Вскинув тень на закорки, я вылезаю из погреба и, подставив плечо, веду ее через площадь к воротам. Холодная черная Стена в мертвой тишине неотрывно следит за каждым нашим движением. Старый вяз, не выдержав, стряхивает лежалый снег и долго грозит нам вслед оголившимися ветвями.

— Ног не чувствую, — жалуется тень на ходу. — В этом чертовом погребе даже ноги размять негде...

Чуть не волоком я втаскиваю тень в Сторожку и на всякий случай вешаю обратно ключи. Если повезет, Страж не сразу заметит, что мы сбежали.

— Куда теперь? — спрашиваю я у тени.
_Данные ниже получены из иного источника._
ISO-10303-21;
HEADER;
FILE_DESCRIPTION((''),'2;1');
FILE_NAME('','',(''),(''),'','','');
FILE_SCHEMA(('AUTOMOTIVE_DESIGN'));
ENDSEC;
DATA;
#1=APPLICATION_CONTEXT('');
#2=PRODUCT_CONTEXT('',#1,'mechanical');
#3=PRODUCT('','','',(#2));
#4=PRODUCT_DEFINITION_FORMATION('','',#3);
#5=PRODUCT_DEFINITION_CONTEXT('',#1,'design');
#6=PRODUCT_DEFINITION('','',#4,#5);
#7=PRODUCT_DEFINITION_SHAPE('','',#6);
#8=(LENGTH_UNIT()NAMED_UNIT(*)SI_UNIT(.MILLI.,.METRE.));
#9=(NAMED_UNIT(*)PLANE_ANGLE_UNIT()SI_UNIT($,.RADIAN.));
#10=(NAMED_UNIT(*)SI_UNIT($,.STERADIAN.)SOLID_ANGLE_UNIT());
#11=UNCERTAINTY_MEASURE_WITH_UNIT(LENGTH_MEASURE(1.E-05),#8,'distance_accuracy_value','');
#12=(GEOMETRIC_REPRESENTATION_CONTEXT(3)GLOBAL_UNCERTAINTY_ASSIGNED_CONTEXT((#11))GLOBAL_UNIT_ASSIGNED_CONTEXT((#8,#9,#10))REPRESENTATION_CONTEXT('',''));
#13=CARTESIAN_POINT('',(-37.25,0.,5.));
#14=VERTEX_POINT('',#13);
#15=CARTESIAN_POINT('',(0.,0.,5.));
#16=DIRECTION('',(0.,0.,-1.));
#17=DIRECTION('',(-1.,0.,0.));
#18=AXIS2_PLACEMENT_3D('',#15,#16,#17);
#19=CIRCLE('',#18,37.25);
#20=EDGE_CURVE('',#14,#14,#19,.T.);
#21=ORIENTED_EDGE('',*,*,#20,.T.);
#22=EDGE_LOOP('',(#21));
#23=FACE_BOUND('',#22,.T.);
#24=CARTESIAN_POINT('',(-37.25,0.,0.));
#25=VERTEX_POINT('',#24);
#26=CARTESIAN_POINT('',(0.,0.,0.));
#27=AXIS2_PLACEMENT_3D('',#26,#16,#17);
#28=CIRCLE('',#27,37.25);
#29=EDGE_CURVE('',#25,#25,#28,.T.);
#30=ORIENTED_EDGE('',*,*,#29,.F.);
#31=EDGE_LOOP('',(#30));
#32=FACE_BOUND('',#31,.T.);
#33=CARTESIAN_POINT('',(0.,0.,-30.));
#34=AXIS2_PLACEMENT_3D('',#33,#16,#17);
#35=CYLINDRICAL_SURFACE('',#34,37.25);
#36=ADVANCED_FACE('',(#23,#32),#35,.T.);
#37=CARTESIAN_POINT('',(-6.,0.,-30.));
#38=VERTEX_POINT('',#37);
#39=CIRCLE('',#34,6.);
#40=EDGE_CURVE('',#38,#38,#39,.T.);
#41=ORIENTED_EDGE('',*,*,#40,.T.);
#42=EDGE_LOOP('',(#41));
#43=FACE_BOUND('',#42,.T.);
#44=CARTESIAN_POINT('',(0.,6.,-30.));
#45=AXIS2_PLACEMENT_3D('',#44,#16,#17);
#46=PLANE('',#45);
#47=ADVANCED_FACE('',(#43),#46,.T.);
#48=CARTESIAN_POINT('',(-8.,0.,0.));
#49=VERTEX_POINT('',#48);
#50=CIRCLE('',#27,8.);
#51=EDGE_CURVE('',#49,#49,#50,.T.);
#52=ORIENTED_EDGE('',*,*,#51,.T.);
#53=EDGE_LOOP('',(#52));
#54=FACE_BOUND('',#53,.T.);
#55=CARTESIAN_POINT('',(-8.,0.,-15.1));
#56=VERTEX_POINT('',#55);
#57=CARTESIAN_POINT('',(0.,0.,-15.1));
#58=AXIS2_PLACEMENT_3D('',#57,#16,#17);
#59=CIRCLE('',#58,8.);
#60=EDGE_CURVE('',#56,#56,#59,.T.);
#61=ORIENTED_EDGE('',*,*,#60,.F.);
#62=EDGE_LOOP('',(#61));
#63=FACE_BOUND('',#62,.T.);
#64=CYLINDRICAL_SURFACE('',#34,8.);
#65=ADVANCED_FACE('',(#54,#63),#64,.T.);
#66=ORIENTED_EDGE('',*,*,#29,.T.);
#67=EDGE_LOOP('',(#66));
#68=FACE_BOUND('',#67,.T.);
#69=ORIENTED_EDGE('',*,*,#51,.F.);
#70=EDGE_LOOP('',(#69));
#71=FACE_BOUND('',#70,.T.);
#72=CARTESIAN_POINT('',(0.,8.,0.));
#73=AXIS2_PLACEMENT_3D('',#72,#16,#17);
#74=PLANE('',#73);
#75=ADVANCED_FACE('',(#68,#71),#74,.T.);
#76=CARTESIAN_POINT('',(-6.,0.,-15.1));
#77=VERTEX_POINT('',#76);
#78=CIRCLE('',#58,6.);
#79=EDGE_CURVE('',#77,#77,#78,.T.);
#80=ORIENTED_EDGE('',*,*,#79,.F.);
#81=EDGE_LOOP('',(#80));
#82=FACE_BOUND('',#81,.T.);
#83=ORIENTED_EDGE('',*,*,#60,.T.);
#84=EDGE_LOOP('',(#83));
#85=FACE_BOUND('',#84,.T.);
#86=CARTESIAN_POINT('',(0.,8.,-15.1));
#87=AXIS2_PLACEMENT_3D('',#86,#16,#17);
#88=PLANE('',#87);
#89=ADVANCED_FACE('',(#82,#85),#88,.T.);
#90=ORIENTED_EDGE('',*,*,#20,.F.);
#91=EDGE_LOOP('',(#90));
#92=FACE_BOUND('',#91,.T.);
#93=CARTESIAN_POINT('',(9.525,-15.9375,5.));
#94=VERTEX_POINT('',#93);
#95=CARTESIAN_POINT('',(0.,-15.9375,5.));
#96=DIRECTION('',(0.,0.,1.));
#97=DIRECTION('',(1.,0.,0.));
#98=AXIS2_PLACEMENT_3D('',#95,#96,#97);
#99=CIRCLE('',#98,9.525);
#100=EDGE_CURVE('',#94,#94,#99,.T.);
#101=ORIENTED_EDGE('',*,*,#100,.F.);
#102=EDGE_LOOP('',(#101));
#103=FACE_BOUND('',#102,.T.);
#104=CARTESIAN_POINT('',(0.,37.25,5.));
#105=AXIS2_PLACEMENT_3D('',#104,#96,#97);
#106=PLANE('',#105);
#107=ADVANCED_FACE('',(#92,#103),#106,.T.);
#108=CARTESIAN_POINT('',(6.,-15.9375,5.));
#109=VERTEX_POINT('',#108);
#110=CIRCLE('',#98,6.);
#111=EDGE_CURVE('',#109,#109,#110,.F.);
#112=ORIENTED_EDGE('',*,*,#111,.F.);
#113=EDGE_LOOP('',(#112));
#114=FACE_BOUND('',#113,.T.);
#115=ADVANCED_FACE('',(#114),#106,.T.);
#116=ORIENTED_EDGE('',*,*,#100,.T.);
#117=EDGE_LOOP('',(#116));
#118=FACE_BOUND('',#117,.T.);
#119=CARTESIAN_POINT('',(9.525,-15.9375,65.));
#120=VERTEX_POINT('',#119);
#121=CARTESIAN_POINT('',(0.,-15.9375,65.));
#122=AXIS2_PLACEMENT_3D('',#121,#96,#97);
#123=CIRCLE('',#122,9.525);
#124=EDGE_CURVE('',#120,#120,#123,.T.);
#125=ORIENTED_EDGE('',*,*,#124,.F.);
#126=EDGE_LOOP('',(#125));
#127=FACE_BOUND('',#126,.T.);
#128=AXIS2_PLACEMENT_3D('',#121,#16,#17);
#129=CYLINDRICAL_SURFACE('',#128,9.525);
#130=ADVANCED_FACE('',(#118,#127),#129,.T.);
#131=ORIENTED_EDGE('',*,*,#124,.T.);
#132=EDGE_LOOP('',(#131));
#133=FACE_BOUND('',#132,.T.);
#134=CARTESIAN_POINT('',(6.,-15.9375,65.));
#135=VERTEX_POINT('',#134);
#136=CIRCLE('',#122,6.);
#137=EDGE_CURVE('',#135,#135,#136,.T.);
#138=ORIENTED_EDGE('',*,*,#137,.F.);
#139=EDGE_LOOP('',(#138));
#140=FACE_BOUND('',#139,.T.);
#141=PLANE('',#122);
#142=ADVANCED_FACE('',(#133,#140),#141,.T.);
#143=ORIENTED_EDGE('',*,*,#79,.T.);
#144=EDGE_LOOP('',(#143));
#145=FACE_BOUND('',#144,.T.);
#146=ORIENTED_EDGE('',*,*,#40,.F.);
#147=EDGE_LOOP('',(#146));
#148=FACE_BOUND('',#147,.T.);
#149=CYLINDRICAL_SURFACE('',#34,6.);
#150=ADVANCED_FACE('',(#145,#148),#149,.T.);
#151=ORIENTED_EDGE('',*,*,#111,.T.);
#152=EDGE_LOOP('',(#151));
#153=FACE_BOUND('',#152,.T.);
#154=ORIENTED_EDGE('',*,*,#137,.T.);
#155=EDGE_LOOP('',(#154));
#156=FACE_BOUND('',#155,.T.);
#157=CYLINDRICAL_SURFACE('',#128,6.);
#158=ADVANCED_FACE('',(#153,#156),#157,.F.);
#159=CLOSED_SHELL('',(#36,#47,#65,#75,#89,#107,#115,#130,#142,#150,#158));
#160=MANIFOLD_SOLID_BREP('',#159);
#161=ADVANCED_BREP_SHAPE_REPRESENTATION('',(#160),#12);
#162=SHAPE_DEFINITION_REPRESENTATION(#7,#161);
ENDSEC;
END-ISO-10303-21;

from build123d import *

# Parameters (mm, degrees)
SKETCH2_R           = 9.525
SKETCH2_R_2         = 6
BOSS_EXTRUDE1_DEPTH = 60


with BuildPart() as part:
    # Sketch1 → Revolve1 (revolve)
    with BuildSketch(Plane(origin=(0, 0, 0), x_dir=(0, 0, -1), z_dir=(1, 0, 0))):
        Polygon((0, 8), (0, 37.25), (-5, 37.25), (-5, 0), (30, 0), (30, 6), (15.1, 6), (15.1, 8), align=None)
    revolve(axis=Axis((0, 0, -30), (0, 0, 1)))

    # Sketch2 → Boss-Extrude1 (add)
    with BuildSketch(Plane.XY.offset(5)):
        with Locations((0, -15.9375)):
            Circle(SKETCH2_R)
        with Locations((0, -15.9375)):
            Circle(SKETCH2_R_2, mode=Mode.SUBTRACT)
    extrude(amount=BOSS_EXTRUDE1_DEPTH)


solid = part.part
Она дрожит у остывшей печки.

— На юг, — отвечает она, — К Омуту.

— К Омуту... — повторяю я машинально. — И что там, у Омута? Дальше куда?

— Дальше Омута — только Омут. Мы прыгнем в него и исчезнем. Наверно, схватим воспаление легких. Но в нашем положении не привередничают.

— А ты знаешь, что там водоворот? Нас утащит в бездну, и мы погибнем.

Тень заходится в кашле.

— Ошибаешься, — говорит она. — В этой самой бездне — единственный выход из Города. Как ни думай, иначе не получится. Омут — это выход. Я понимаю, чего ты боишься. Но сейчас лучше довериться мне. Я ведь и свою жизнь спасаю. Чего мне туда лезть, если нет уверенности? Все остальное я тебе по пути расскажу. Через час-полтора Страж вернется — и скорее всего сразу пустится в погоню. Так что нельзя терять ни минуты.